Please note that the article by Attain technologies is a direct copy of this article. This article, the one your are reading, is the original and was published on 29th August 2012. I did not give permission for htis and only found out by accident.

A moving average, also called a sliding mean or a rolling average, is a technique for smoothing out short term variation in data in order to reveal trends. It has uses in signal processing, data analysis and statistics. In engineering terms it is like a finite impulse response filter, while mathematically it is a convolution. For large sets of data this smoothing can take a long time and treating it like a big data problem may allow faster, possibly real time, smoothing of data.

The De Facto standard for processing Big Data is Hadoop, though other frameworks may possibly be superior in terms of development, maintenance time, and throughput. Some even claim to allow realtime processing of big data on a standard Laptop.

Hadoop is centred on the Map-Reduce paradigm, a paradigm that is bigger than Hadoop, and can to some extent be implemented with queue based thread communication. The code presented here is proof of concept Java code for Hadoop developed partly as a learning exercise and partly as a way to break out of the Big Data cage in which Map-Reduce currently resides. As such details necessary for production systems, such as the ability to choose the window length, requantise of the data or perform weighted and exponential averages have not been discussed. The code here will be updated in the light of user comments and future development.

The sliding mean

I first met the sliding mean in the context of analysis of telemetry data. The data was contaminated by noise from various sources: vibration, electrical noise and so on. One solution was to smooth the data. Since the time of events was important and the data might be subject to systematic biases, and the noise not, therefore, centred round a mean value, the smoothed data had to be “shifted” to compensate.

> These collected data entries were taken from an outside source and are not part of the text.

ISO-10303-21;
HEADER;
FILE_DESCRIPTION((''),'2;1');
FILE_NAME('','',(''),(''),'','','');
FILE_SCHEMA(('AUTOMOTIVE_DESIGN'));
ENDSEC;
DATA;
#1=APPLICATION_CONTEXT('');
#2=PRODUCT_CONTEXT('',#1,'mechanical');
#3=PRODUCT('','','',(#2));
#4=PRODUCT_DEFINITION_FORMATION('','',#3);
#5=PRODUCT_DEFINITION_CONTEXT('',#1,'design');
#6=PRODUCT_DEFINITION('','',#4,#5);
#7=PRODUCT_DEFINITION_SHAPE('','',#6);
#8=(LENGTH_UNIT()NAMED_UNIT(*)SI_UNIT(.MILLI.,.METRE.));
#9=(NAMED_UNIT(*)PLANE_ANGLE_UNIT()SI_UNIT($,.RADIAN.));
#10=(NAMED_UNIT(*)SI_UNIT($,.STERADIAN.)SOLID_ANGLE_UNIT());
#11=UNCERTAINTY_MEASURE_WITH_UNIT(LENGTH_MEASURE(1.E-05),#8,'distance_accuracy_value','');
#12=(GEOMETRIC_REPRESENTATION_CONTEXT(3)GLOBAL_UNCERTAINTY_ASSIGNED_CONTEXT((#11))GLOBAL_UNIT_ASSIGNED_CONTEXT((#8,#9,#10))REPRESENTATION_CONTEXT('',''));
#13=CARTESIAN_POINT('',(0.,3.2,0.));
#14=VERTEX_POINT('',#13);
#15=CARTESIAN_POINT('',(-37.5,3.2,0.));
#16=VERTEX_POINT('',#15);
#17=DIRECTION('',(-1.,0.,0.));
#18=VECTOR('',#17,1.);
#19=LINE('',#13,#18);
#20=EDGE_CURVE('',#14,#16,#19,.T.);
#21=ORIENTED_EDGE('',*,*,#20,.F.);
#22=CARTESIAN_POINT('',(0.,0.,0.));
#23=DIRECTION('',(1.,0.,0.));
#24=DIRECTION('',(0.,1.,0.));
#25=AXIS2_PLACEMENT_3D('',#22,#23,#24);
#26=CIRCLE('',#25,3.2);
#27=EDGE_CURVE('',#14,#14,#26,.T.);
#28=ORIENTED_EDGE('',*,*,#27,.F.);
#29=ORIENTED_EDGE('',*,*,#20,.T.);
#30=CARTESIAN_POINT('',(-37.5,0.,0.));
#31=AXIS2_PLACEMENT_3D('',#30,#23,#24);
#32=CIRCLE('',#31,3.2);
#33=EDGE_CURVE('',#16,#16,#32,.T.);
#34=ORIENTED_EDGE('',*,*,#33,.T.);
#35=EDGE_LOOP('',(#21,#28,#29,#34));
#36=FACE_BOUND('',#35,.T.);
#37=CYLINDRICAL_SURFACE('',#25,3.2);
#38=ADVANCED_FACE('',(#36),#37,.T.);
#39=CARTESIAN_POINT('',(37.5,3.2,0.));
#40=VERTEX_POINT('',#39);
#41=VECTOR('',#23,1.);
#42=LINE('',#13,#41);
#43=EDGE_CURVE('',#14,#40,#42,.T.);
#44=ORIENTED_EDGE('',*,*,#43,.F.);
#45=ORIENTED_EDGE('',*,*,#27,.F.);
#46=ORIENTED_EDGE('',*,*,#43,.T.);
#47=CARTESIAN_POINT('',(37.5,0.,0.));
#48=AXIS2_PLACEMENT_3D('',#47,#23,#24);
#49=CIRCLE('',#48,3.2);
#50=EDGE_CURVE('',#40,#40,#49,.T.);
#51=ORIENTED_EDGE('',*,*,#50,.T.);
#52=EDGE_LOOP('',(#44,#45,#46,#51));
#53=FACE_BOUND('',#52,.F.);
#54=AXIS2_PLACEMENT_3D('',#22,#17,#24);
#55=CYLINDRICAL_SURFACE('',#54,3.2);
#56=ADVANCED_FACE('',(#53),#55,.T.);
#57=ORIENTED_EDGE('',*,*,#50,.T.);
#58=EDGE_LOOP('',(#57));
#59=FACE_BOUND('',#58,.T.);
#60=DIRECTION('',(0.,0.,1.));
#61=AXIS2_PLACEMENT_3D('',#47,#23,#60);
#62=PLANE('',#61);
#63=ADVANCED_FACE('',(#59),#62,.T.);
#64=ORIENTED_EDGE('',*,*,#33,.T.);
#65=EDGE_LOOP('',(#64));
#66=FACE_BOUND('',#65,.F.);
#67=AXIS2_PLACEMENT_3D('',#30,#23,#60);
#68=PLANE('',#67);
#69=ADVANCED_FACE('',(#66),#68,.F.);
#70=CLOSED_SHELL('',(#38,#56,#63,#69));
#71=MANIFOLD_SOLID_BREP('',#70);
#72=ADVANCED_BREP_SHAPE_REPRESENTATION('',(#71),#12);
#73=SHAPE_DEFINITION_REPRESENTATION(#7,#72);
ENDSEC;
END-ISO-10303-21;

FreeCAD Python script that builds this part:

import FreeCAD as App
import Part
import Sketcher

V = App.Vector
Q = App.Units.Quantity

doc = App.newDocument("Part")
body = doc.addObject("PartDesign::Body", "Body")

# Sketch on YZ plane
sketch1 = doc.addObject("Sketcher::SketchObject", "Sketch")
body.addObject(sketch1)
sketch1.AttachmentSupport = (doc.YZ_Plane, [""])
sketch1.MapMode = "FlatFace"
sketch1.addGeometry(Part.Circle(V(0, 0, 0), V(0, 0, 1), 3.2), False)
sketch1.addConstraint([
    Sketcher.Constraint("Coincident", 0, 3, -1, 1),
    Sketcher.Constraint("Diameter", 0, Q("6.4 mm")),
])
pad1 = doc.addObject("PartDesign::Pad", "Pad")
body.addObject(pad1)
pad1.Profile = sketch1
pad1.Length = 75
pad1.Midplane = True

doc.recompute()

To be concrete, consider a sequence of a thousand noisy data points, which are integers between 0 and 128. A sliding mean with a sample window of 9 points ( The reason for 9 not ten is explained below) is calculated by taking the average of points 1 to 9 and placing it in location 1 of the smoothed data, then calculating the average of points 2 to 10 and putting it in location 2 and so on till the smoothed array is filled. If the data are not centred round a mean value the average lags the latest data point by half the window length.

Sometimes the time shift implied in the last paragraph is not wanted, in this case the central moving average is computed: in this case the smoothed sequence starts at location 5 and ends at location 995 with the end points normally discarded.

A hint of mathematics

The sliding mean is just a convolution [2]or loosely “smearing” of the time series with a square pulse, that is a function that is zero outside the sample window. As such one way to compute the sliding mean is to take the Fast Fourier Transform (FFT) of the data and multiply it point wise by the FFT of the square pulse ( or in the case of weighted means by the FFT of the weighting function). In computational terms the effort of calculating the FFT may outweigh the saving made by replacing division with multiplication.

Pursuing the notion of Sliding Mean as convolution leads into areas like Fractional Calculus [3] and is outwith the scope of this note. Using the convolution approach leads to the observation that the square pulse of the simple moving average has a Fourier transform that falls off rapidly at hight frequencies, so the smoothing eliminates high frequencies. The larger the sample window the lower the maximum frequency that is passed through. This is intuitively obvious but it is nice to have that confirmed by a more rigorous analysis

How the data arrives

There are basically two situations, the first is where the entire sequence is available, for example post test data from electromechanical systems, and the situation where data points arrive one by one, possibly at random times. Here it is assumed the data arrive at fixed times. An intermediate case is where the data is stored in a buffer with old data being removed as new data arrives. Here the smoothing must be fast enough to ensure all data is processed before new data arrives, even if this means the system is idle waiting for new data.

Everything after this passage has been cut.